Our View Of The Old Testament -- By: David Murray
PRJ 2:2 (July 2010) p. 5
Our View Of The Old Testament
In previous articles, we surveyed Christ’s view of the Old Testament, followed by the Prophets’ and then the Jews’ view of the Old Testament. Now I would like you to reflect on your own view of the Old Testament; specifically, consider your view of Old Testament salvation. If you go wrong here, you will go wrong in all your Old Testament preaching. It is therefore vital that we establish biblical presuppositions in this area. They are already implied in our previous discussions. However, I would like to make what is implicit explicit.
I recently heard a sermon in which the preacher said, “No Old Testament saint was born again.” Later on, the same preacher asserted that Old Testament saints were saved by a mixture of “faith and works.” He then denied that any Old Testament saint was saved through Christ, as “Christ hadn’t even died yet.” The one benefit of such statements is that they are clear; however, as we shall see, they are clearly wrong. However, it is to be feared that many Christians do hold these erroneous views—though perhaps much less clearly and perhaps not so consciously.
This article aims to remove this confusion and to establish that Old Testament saints were saved by grace alone, through faith in Christ alone. Old Testament saints were saved in the same way as New Testament saints. To put it more bluntly, the way of salvation has been, is, and always will be the same for all.
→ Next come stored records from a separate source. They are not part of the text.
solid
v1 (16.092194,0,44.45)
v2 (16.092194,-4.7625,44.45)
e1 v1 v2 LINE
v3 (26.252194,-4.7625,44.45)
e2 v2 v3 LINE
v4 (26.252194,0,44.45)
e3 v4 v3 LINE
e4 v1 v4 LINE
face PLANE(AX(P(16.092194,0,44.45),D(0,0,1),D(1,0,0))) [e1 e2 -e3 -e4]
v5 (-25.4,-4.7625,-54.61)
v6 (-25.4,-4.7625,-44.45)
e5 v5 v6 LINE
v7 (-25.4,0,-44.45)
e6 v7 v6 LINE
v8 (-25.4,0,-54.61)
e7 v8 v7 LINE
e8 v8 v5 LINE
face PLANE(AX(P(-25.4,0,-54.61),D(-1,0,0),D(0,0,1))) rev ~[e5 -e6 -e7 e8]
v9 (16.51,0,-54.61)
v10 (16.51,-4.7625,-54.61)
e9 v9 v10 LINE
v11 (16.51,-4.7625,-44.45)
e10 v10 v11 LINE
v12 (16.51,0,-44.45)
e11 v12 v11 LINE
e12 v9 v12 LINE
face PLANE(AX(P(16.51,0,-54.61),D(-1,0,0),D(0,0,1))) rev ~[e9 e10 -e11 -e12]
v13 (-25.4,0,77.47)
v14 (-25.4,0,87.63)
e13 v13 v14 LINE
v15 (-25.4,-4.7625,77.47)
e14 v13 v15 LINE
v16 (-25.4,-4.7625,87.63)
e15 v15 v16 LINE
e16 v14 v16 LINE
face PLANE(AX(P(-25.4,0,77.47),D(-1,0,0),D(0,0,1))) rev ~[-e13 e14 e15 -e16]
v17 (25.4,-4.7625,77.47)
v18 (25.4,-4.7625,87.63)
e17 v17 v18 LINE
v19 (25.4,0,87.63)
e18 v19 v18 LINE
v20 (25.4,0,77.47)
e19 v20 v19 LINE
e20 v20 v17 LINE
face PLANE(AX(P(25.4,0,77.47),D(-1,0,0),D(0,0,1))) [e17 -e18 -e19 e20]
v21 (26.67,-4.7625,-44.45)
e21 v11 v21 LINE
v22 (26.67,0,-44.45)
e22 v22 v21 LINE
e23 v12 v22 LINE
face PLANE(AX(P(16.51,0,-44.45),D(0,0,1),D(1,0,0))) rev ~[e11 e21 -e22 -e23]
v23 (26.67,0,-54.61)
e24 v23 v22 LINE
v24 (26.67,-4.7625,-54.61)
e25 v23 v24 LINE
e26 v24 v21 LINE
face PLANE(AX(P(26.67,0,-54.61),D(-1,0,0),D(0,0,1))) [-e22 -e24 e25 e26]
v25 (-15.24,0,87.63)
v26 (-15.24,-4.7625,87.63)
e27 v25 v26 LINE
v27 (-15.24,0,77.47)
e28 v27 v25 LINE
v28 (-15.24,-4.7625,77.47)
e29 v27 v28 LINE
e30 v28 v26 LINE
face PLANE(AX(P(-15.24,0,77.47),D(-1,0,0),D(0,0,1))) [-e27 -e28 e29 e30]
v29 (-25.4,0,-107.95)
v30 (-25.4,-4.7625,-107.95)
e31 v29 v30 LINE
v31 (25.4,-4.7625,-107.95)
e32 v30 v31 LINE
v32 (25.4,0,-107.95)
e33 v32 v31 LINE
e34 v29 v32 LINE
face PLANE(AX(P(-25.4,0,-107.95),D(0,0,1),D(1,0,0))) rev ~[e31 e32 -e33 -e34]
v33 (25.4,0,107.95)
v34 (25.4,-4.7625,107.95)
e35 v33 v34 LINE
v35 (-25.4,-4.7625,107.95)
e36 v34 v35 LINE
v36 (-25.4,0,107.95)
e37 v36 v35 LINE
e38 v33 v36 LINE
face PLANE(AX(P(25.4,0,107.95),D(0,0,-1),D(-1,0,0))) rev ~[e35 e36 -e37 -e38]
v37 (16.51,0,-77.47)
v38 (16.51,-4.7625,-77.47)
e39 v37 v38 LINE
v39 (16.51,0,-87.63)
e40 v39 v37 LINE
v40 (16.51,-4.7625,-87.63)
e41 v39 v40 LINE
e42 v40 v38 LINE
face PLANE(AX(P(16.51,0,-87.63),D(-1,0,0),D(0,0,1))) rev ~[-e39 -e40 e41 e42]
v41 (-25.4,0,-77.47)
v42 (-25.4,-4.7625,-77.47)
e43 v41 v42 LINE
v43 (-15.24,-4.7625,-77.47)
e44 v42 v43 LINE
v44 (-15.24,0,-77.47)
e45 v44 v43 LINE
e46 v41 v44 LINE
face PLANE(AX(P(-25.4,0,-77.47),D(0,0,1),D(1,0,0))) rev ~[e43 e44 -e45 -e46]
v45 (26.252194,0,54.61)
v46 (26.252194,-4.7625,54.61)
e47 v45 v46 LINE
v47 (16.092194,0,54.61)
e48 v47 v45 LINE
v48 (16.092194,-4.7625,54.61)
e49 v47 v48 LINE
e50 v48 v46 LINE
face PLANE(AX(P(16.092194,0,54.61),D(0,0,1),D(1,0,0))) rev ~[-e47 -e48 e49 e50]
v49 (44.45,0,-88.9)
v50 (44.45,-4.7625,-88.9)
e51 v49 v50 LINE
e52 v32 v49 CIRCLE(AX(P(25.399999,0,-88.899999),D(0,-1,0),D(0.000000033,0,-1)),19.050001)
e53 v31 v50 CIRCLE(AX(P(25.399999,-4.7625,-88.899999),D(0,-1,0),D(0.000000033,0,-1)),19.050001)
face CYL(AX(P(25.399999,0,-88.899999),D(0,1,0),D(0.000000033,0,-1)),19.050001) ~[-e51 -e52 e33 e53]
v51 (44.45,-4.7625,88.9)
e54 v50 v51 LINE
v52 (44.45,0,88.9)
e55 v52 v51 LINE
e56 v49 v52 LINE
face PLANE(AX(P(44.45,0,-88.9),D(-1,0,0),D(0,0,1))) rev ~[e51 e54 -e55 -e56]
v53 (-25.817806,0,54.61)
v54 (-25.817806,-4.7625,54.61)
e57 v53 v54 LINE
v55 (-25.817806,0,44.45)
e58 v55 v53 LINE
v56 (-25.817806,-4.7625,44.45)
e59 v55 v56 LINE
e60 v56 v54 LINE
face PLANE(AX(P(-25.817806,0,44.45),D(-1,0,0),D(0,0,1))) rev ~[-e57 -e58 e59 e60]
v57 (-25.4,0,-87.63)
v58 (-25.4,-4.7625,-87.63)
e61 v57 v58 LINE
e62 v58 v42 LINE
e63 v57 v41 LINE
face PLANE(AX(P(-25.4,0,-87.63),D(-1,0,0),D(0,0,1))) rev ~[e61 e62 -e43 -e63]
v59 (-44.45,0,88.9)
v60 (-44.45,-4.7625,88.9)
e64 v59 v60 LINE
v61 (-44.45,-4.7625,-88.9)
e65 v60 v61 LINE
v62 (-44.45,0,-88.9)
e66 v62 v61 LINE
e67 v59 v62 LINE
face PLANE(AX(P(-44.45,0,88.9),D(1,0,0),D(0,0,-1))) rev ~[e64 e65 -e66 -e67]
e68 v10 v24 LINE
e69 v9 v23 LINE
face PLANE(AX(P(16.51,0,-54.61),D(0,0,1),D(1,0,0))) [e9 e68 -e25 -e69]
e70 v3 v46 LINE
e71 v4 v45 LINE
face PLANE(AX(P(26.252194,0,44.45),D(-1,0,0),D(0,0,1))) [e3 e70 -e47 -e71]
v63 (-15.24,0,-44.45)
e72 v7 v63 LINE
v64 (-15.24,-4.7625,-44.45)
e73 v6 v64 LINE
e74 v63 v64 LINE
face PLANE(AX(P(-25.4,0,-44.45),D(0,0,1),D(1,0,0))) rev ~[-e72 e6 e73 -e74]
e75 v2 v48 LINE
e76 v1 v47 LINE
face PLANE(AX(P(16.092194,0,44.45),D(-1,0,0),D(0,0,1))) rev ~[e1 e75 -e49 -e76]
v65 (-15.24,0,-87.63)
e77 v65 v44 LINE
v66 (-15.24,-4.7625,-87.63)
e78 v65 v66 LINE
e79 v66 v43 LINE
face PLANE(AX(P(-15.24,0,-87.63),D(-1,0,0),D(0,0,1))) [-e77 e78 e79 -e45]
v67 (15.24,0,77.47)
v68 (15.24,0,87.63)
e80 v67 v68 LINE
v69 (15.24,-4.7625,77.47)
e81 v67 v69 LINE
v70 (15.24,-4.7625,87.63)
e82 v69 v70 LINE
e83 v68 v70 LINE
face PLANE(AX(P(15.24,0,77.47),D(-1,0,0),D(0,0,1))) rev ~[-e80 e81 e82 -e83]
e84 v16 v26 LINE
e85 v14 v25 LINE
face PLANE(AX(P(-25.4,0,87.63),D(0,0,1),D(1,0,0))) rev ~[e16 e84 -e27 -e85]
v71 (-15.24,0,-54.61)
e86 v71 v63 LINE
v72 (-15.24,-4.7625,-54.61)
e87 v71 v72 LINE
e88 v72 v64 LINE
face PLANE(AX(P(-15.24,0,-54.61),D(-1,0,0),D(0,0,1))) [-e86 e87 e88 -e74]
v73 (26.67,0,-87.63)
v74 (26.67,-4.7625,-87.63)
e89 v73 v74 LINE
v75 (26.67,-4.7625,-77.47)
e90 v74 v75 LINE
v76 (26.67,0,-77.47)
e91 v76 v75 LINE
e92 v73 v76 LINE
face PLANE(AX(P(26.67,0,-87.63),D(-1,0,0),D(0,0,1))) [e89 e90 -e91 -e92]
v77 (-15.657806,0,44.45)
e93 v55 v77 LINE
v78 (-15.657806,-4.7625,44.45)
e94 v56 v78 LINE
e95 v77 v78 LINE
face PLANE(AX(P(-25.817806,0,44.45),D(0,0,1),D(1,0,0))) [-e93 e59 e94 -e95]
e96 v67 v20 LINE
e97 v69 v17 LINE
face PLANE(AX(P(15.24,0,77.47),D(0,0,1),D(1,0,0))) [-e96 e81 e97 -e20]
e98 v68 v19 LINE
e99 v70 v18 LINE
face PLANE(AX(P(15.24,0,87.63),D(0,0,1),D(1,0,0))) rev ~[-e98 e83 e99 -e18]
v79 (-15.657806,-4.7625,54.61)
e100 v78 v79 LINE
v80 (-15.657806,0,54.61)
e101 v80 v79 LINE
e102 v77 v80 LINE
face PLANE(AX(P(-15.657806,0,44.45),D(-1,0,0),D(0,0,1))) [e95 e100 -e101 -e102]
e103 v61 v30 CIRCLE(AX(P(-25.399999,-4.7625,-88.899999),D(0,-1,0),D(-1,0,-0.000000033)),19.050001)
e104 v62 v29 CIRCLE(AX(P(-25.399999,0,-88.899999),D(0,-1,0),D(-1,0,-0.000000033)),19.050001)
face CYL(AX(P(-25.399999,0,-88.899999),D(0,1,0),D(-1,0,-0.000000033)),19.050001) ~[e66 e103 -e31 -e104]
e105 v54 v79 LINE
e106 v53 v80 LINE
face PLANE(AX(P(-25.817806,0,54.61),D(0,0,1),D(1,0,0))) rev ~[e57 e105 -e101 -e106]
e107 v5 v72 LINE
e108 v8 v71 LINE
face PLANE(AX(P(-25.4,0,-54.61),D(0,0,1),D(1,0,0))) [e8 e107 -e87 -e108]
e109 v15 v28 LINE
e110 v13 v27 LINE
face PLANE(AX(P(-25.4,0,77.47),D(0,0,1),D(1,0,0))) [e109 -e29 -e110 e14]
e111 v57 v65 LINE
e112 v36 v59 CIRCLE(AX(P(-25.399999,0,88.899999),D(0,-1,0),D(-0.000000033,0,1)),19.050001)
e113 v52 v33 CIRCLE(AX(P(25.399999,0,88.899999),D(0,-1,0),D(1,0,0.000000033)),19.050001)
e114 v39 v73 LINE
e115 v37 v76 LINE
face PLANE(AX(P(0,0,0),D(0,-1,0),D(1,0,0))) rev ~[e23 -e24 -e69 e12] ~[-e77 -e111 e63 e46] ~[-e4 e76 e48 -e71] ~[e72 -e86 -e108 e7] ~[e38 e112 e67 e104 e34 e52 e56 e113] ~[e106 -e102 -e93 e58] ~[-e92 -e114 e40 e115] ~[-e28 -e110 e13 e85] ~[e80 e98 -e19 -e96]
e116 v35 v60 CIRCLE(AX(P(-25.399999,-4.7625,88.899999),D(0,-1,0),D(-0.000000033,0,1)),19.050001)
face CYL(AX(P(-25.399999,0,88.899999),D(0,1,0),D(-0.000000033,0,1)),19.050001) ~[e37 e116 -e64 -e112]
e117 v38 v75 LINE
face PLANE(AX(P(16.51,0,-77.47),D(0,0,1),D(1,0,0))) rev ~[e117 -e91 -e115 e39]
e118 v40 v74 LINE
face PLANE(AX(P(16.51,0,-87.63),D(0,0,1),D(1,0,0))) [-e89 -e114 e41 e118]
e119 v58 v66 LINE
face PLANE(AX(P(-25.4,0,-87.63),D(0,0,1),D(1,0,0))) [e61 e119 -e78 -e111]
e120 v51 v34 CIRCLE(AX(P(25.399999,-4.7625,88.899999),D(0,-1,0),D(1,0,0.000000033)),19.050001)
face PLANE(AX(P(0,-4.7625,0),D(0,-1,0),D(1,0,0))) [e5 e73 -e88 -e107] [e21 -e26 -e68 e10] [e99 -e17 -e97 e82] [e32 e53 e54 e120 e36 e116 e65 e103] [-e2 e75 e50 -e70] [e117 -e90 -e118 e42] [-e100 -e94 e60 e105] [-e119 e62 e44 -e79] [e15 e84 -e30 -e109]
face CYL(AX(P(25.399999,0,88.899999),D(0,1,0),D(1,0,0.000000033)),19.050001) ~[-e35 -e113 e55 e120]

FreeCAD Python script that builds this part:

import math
import FreeCAD as App
import Part
import Sketcher
Q = App.Units.Quantity

doc = App.newDocument("Part")
body = doc.addObject("PartDesign::Body", "Body")

# Sketch on XZ plane
sketch1 = body.newObject("Sketcher::SketchObject", "Sketch")
sketch1.AttachmentSupport = (doc.getObject("XZ_Plane"), [""])
sketch1.MapMode = "FlatFace"
sketch1.addGeometry([
    Part.LineSegment(App.Vector(25, 108, 0), App.Vector(-25, 108, 0)),  # 0
    Part.ArcOfCircle(Part.Circle(App.Vector(-25, 89, 0), App.Vector(0, 0, 1), 19), math.radians(90), math.radians(180)),  # 1
    Part.LineSegment(App.Vector(-44, 89, 0), App.Vector(-44, -89, 0)),  # 2
    Part.ArcOfCircle(Part.Circle(App.Vector(-25, -89, 0), App.Vector(0, 0, 1), 19), math.radians(-180), math.radians(-90)),  # 3
    Part.LineSegment(App.Vector(-25, -108, 0), App.Vector(25, -108, 0)),  # 4
    Part.ArcOfCircle(Part.Circle(App.Vector(25, -89, 0), App.Vector(0, 0, 1), 19), math.radians(-90), math.radians(0)),  # 5
    Part.LineSegment(App.Vector(44, -89, 0), App.Vector(44, 89, 0)),  # 6
    Part.ArcOfCircle(Part.Circle(App.Vector(25, 89, 0), App.Vector(0, 0, 1), 19), math.radians(0), math.radians(90)),  # 7
    Part.LineSegment(App.Vector(-15, -88, 0), App.Vector(-25, -88, 0)),  # 8
    Part.LineSegment(App.Vector(-25, -88, 0), App.Vector(-25, -77, 0)),  # 9
    Part.LineSegment(App.Vector(-25, -77, 0), App.Vector(-15, -77, 0)),  # 10
    Part.LineSegment(App.Vector(-15, -77, 0), App.Vector(-15, -88, 0)),  # 11
    Part.LineSegment(App.Vector(-15, -55, 0), App.Vector(-25, -55, 0)),  # 12
    Part.LineSegment(App.Vector(-25, -55, 0), App.Vector(-25, -44, 0)),  # 13
    Part.LineSegment(App.Vector(-25, -44, 0), App.Vector(-15, -44, 0)),  # 14
    Part.LineSegment(App.Vector(-15, -44, 0), App.Vector(-15, -55, 0)),  # 15
    Part.LineSegment(App.Vector(27, -88, 0), App.Vector(17, -88, 0)),  # 16
    Part.LineSegment(App.Vector(17, -88, 0), App.Vector(17, -77, 0)),  # 17
    Part.LineSegment(App.Vector(17, -77, 0), App.Vector(27, -77, 0)),  # 18
    Part.LineSegment(App.Vector(27, -77, 0), App.Vector(27, -88, 0)),  # 19
    Part.LineSegment(App.Vector(27, -55, 0), App.Vector(17, -55, 0)),  # 20
    Part.LineSegment(App.Vector(17, -55, 0), App.Vector(17, -44, 0)),  # 21
    Part.LineSegment(App.Vector(17, -44, 0), App.Vector(27, -44, 0)),  # 22
    Part.LineSegment(App.Vector(27, -44, 0), App.Vector(27, -55, 0)),  # 23
    Part.LineSegment(App.Vector(-16, 44, 0), App.Vector(-26, 44, 0)),  # 24
    Part.LineSegment(App.Vector(-26, 44, 0), App.Vector(-26, 55, 0)),  # 25
    Part.LineSegment(App.Vector(-26, 55, 0), App.Vector(-16, 55, 0)),  # 26
    Part.LineSegment(App.Vector(-16, 55, 0), App.Vector(-16, 44, 0)),  # 27
    Part.LineSegment(App.Vector(-15, 77, 0), App.Vector(-25, 77, 0)),  # 28
    Part.LineSegment(App.Vector(-25, 77, 0), App.Vector(-25, 88, 0)),  # 29
    Part.LineSegment(App.Vector(-25, 88, 0), App.Vector(-15, 88, 0)),  # 30
    Part.LineSegment(App.Vector(-15, 88, 0), App.Vector(-15, 77, 0)),  # 31
    Part.LineSegment(App.Vector(26, 44, 0), App.Vector(16, 44, 0)),  # 32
There are a number of New Testament verses that establish this. For example, Jesus said, “I am the way, the truth, and the life: no man cometh unto the Father, but by me” (John 14:6). This did not just begin to be true from Matthew 1:1 on; it has been true since Genesis 3:15. There has only ever been one way for sinners to approach the Father: through His Son. Another example is this: “Neither is there
PRJ 2:2 (July 2010) p. 6
salvation in any other: for there is none other name under heaven given among men, whereby we must be saved” (Acts 4:12). In the previous verses, Peter makes clear that the only name that saves is that of Jesus Christ. But did this only become true after He was formally and publicly given this name in Matthew 1:25? No, of course not. In the Bible, a person’s name often referred to a person’s character and abilities. The eternal Son of God had the character and abilities of Savior long before He came into the world and was named in Matthew 1. A...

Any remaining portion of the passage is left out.